## DATA FOR THIS EXERCISE
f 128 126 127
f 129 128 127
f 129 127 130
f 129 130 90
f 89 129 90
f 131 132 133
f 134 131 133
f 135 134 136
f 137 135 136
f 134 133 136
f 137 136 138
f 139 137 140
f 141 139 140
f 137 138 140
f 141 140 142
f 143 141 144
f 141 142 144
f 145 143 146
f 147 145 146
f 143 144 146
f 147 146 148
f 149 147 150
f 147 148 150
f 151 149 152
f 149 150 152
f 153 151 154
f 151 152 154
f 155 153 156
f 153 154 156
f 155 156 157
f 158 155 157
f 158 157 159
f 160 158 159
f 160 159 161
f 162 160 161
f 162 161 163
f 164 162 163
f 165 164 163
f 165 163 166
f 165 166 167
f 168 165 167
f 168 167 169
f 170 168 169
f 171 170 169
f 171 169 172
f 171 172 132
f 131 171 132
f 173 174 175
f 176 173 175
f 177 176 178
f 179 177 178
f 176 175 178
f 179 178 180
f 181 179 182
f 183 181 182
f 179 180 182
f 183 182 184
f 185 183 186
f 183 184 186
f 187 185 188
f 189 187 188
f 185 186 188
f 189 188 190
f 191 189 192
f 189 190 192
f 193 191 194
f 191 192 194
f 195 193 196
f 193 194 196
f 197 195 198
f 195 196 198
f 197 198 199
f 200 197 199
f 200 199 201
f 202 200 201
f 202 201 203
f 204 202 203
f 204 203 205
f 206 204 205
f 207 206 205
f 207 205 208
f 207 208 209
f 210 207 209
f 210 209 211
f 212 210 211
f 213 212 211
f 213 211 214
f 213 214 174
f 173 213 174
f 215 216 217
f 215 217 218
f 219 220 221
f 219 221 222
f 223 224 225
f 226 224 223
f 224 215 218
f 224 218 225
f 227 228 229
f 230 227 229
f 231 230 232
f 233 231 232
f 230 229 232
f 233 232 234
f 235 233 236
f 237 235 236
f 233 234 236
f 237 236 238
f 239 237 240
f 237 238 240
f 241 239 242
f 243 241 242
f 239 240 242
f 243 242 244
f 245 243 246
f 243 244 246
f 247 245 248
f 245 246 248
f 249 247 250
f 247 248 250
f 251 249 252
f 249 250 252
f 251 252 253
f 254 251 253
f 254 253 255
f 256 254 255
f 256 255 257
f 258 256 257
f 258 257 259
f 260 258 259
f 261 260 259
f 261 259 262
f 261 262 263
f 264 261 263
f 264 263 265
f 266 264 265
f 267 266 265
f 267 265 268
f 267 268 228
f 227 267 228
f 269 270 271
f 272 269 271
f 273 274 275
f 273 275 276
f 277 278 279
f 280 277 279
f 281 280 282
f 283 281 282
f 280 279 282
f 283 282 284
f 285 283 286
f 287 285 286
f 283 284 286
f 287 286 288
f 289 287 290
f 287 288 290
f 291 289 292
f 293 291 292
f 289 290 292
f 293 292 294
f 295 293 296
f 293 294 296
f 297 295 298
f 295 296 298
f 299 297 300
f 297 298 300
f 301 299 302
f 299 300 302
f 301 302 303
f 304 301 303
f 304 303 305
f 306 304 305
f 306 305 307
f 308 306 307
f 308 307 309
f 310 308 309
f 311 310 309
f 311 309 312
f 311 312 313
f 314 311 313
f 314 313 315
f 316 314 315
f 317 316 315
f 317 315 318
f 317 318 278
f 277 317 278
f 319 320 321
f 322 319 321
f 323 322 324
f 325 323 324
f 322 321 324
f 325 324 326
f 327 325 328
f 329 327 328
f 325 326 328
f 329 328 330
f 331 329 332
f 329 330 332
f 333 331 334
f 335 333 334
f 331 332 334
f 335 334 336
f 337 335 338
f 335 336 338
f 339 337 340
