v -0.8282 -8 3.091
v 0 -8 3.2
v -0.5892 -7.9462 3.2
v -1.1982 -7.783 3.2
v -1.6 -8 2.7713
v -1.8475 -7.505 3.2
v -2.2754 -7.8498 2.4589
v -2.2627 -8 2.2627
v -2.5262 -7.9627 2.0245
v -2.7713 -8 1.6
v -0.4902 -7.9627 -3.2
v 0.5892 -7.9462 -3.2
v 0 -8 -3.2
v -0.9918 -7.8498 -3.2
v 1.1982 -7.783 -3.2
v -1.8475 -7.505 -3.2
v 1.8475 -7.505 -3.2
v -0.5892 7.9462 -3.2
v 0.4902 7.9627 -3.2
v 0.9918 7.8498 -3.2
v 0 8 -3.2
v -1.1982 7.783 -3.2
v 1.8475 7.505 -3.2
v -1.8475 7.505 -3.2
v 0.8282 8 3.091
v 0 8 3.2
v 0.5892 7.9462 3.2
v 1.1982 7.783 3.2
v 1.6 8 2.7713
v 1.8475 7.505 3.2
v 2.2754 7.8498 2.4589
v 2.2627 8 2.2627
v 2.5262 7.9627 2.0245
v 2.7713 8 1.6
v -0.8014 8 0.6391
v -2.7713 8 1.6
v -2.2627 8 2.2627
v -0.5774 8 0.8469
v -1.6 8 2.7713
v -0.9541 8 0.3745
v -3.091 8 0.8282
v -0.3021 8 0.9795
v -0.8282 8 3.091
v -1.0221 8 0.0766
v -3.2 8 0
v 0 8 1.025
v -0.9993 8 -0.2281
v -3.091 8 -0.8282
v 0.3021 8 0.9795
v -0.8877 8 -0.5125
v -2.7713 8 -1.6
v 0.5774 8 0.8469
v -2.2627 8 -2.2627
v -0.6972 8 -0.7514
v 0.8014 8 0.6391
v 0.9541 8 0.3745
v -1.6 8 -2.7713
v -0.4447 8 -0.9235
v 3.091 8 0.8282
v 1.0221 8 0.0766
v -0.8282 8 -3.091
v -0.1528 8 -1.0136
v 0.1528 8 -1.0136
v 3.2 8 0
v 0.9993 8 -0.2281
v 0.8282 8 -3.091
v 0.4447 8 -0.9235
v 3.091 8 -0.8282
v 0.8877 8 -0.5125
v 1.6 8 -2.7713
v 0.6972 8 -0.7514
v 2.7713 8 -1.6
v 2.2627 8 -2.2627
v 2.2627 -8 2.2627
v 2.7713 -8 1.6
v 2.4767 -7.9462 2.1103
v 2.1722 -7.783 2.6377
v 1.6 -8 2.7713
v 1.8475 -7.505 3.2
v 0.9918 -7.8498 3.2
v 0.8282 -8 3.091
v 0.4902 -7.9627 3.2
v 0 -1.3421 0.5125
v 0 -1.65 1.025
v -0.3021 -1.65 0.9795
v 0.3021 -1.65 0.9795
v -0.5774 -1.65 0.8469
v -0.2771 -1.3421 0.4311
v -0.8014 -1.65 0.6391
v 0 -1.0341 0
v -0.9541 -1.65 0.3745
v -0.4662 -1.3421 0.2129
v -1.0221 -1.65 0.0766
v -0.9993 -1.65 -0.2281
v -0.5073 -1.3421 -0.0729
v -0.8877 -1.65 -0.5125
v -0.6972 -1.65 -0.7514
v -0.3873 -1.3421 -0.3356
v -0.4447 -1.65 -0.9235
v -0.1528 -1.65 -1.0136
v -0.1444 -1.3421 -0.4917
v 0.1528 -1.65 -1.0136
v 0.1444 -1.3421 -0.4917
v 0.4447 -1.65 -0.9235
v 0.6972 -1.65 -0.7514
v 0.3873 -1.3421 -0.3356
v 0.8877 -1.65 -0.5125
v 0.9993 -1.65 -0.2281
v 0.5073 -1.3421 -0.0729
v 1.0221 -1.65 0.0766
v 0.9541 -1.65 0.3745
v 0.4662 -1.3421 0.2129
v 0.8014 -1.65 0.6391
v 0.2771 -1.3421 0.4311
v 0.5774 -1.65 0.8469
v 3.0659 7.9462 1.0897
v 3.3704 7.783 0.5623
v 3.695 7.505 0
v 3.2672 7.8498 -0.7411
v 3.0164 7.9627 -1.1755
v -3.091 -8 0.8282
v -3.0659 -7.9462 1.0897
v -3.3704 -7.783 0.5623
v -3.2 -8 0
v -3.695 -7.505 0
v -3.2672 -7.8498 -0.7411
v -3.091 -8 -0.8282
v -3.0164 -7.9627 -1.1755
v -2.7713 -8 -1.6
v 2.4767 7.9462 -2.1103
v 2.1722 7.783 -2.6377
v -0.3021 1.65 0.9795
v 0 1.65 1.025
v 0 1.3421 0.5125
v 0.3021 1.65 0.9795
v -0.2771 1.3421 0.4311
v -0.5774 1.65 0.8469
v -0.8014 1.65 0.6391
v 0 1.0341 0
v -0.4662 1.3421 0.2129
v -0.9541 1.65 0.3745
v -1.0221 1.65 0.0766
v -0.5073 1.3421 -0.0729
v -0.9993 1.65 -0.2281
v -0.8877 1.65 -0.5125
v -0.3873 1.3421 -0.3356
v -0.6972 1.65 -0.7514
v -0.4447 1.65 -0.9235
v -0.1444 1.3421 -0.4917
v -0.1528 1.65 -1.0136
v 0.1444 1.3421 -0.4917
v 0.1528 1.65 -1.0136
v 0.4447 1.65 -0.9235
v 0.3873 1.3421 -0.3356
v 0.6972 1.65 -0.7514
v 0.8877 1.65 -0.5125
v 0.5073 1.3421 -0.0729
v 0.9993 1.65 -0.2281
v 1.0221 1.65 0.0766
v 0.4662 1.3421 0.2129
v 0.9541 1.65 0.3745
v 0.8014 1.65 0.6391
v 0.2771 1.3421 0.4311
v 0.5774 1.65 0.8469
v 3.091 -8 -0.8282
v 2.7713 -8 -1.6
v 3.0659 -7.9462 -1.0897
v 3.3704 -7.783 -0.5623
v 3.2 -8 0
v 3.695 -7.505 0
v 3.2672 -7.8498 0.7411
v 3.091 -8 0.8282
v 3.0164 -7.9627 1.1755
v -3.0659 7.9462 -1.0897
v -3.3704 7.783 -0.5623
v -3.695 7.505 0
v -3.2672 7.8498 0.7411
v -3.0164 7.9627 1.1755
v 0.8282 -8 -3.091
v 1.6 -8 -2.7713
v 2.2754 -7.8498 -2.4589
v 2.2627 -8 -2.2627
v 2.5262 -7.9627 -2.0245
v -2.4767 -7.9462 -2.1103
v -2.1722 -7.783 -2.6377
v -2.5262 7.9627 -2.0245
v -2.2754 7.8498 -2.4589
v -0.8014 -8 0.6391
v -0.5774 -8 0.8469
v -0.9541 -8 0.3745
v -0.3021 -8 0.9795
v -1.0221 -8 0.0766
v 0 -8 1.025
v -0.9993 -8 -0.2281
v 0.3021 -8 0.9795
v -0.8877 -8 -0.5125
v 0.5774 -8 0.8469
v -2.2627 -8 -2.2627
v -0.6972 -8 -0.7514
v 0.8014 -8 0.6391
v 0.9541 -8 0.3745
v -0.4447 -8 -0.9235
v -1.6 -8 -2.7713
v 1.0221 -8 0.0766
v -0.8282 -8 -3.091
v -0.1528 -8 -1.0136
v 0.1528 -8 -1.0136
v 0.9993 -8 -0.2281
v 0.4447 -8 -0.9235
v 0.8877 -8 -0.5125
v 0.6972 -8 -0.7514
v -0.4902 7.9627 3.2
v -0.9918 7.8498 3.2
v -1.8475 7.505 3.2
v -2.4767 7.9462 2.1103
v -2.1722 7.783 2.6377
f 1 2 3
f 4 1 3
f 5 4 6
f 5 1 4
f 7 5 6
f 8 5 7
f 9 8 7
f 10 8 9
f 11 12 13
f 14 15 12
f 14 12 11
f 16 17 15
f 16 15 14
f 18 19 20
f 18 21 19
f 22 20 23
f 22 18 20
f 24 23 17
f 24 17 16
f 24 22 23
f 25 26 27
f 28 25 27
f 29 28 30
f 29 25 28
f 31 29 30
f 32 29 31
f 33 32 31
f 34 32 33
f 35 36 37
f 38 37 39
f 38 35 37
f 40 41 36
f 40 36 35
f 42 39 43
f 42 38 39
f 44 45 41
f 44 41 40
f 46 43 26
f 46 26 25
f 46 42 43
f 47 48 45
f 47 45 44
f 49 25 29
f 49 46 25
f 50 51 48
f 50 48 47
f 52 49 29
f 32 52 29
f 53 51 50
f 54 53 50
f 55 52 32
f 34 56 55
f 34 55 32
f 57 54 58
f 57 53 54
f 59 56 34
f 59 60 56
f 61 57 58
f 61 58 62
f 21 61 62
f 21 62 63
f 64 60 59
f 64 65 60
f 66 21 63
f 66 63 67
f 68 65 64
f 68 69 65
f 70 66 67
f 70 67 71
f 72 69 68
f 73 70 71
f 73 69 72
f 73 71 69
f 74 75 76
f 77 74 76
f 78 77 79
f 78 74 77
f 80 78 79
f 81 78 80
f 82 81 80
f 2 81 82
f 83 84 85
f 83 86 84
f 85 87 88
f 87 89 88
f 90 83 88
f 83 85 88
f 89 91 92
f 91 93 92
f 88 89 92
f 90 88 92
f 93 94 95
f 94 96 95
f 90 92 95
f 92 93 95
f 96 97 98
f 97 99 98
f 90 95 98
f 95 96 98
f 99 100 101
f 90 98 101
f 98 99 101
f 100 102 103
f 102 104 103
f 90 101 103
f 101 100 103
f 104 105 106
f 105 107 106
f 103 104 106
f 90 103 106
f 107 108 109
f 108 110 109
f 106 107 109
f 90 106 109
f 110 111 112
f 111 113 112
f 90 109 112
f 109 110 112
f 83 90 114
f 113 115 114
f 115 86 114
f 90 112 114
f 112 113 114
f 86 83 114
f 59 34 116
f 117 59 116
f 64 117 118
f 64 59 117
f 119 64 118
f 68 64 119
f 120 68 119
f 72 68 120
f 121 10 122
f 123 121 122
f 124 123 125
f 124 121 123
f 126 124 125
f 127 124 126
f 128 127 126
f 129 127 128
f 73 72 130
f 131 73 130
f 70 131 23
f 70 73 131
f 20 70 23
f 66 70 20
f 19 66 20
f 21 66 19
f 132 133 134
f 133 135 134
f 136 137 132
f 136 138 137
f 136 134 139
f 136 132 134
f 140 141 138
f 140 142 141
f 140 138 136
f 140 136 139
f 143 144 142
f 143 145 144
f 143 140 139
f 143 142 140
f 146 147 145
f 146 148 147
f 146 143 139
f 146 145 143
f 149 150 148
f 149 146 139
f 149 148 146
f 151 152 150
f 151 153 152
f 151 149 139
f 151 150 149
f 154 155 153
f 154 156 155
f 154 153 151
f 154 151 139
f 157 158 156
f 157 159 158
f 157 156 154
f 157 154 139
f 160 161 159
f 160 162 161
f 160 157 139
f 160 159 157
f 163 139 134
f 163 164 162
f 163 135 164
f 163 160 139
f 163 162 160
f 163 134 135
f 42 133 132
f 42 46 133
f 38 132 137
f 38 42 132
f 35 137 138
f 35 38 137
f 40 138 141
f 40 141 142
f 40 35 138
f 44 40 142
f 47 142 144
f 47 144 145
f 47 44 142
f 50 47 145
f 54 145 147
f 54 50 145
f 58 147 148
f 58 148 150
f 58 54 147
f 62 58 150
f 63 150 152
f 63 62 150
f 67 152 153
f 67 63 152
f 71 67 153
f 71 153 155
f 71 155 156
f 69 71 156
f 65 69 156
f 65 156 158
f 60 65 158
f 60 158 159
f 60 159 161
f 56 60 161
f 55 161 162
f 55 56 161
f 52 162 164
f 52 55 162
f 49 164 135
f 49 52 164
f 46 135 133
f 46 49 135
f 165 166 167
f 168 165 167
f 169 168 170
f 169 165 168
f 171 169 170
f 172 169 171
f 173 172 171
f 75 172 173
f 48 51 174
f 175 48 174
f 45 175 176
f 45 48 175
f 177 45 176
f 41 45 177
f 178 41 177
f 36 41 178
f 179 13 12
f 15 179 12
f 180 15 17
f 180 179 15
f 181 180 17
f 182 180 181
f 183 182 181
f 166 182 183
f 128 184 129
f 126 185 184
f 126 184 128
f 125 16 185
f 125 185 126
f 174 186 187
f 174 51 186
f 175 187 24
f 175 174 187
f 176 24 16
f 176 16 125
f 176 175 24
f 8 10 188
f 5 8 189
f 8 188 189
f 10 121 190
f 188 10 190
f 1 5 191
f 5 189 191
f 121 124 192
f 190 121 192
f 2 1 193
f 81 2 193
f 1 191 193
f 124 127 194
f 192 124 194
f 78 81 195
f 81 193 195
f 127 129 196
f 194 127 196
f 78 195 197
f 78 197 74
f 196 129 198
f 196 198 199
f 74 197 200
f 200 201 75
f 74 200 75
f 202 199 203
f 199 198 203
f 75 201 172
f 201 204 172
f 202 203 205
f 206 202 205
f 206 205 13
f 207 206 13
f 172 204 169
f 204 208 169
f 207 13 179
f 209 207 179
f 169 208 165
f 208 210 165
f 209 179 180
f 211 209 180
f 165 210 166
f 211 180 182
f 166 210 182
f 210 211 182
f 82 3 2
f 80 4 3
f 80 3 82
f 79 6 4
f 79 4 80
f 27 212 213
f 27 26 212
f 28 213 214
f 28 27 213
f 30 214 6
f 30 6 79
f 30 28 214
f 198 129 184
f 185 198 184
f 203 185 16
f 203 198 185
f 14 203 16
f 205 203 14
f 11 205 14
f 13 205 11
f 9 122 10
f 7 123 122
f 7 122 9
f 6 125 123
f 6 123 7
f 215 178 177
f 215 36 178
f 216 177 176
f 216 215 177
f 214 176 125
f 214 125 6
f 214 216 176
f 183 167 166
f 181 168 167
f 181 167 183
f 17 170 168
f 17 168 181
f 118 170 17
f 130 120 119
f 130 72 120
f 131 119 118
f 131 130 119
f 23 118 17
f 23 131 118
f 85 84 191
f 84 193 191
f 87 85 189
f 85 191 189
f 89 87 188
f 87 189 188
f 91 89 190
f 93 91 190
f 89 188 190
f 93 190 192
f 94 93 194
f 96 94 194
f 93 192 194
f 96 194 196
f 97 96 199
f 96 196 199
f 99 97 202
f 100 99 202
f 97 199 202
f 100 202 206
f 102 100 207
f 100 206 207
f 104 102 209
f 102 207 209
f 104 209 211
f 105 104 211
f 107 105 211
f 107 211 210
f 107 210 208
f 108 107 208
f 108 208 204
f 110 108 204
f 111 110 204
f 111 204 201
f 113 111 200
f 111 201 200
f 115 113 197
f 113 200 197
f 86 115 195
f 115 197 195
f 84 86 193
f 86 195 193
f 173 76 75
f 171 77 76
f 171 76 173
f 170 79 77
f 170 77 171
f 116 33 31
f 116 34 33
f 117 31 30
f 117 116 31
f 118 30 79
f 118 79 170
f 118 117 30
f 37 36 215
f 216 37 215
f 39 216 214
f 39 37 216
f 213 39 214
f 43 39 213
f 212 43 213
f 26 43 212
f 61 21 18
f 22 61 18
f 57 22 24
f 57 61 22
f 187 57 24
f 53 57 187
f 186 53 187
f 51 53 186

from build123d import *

# Parameters (mm, degrees)
BOSS_EXTRUDE1_DEPTH     = 8
SKETCH3_OUTSIDE_W       = 33.14
SKETCH3_OUTSIDE_H       = 32.15
SKETCH3_OUTSIDE_R       = 3.2
CUT_EXTRUDE1_DEPTH      = 10
CUT_EXTRUDE1_DRAFT      = -45
MIRROR2_COPY_1_SKETCH_W = 33.14
MIRROR2_COPY_1_SKETCH_H = 32.15
MIRROR2_COPY_1_SKETCH_R = 3.2
MIRROR2_COPY_1_DEPTH    = 10
MIRROR2_COPY_1_DRAFT    = -45


with BuildPart() as part:
    # Sketch1 → Boss-Extrude1 (new, symmetric)
    with BuildSketch(Plane(origin=(0, 0, 0), x_dir=(1, 0, 0), z_dir=(0, 1, 0))):
        Polygon((3.695041723, 0), (1.847520861, 3.2), (-1.847520861, 3.2), (-3.695041723, 0), (-1.847520861, -3.2), (1.847520861, -3.2), align=None)
    extrude(amount=BOSS_EXTRUDE1_DEPTH, both=True)


with BuildPart() as cut_extrude1_tool:
    # Sketch3 outside → Cut-Extrude1 (with draft: the straight prism first)
    with BuildSketch(Plane(origin=(0, 8, 0), x_dir=(1, 0, 0), z_dir=(0, 1, 0))):
        Rectangle(SKETCH3_OUTSIDE_W, SKETCH3_OUTSIDE_H)
        Circle(SKETCH3_OUTSIDE_R, mode=Mode.SUBTRACT)
    extrude(amount=-CUT_EXTRUDE1_DEPTH)
    # Cut-Extrude1: the draft: its side faces are tilted about the plane it starts from
    cut_extrude1_sides = [cut_extrude1_tool.faces().sort_by_distance(p)[0] for p in [
        (0, 3, 16.075),
        (16.57, 3, 0),
        (0, 3, -16.075),
        (-16.57, 3, 0),
        (-3.2, 3, 0),
    ]]
    draft(cut_extrude1_sides, Plane(origin=(0, 8, 0), x_dir=(1, 0, 0), z_dir=(0, 1, 0)), CUT_EXTRUDE1_DRAFT)


with BuildPart() as part_1:
    add(part.part)

    # Cut-Extrude1: cut by cut_extrude1_tool
    add(cut_extrude1_tool.part, mode=Mode.SUBTRACT)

## TASK DETAILS
Look back at the entries above and repeat, unchanged, every line from the line holding "f 157 156 154" through the line holding "f 58 54 147".

## SOLUTION BELOW
f 157 156 154
f 157 154 139
f 160 161 159
f 160 162 161
f 160 157 139
f 160 159 157
f 163 139 134
f 163 164 162
f 163 135 164
f 163 160 139
f 163 162 160
f 163 134 135
f 42 133 132
f 42 46 133
f 38 132 137
f 38 42 132
f 35 137 138
f 35 38 137
f 40 138 141
f 40 141 142
f 40 35 138
f 44 40 142
f 47 142 144
f 47 144 145
f 47 44 142
f 50 47 145
f 54 145 147
f 54 50 145
f 58 147 148
f 58 148 150
f 58 54 147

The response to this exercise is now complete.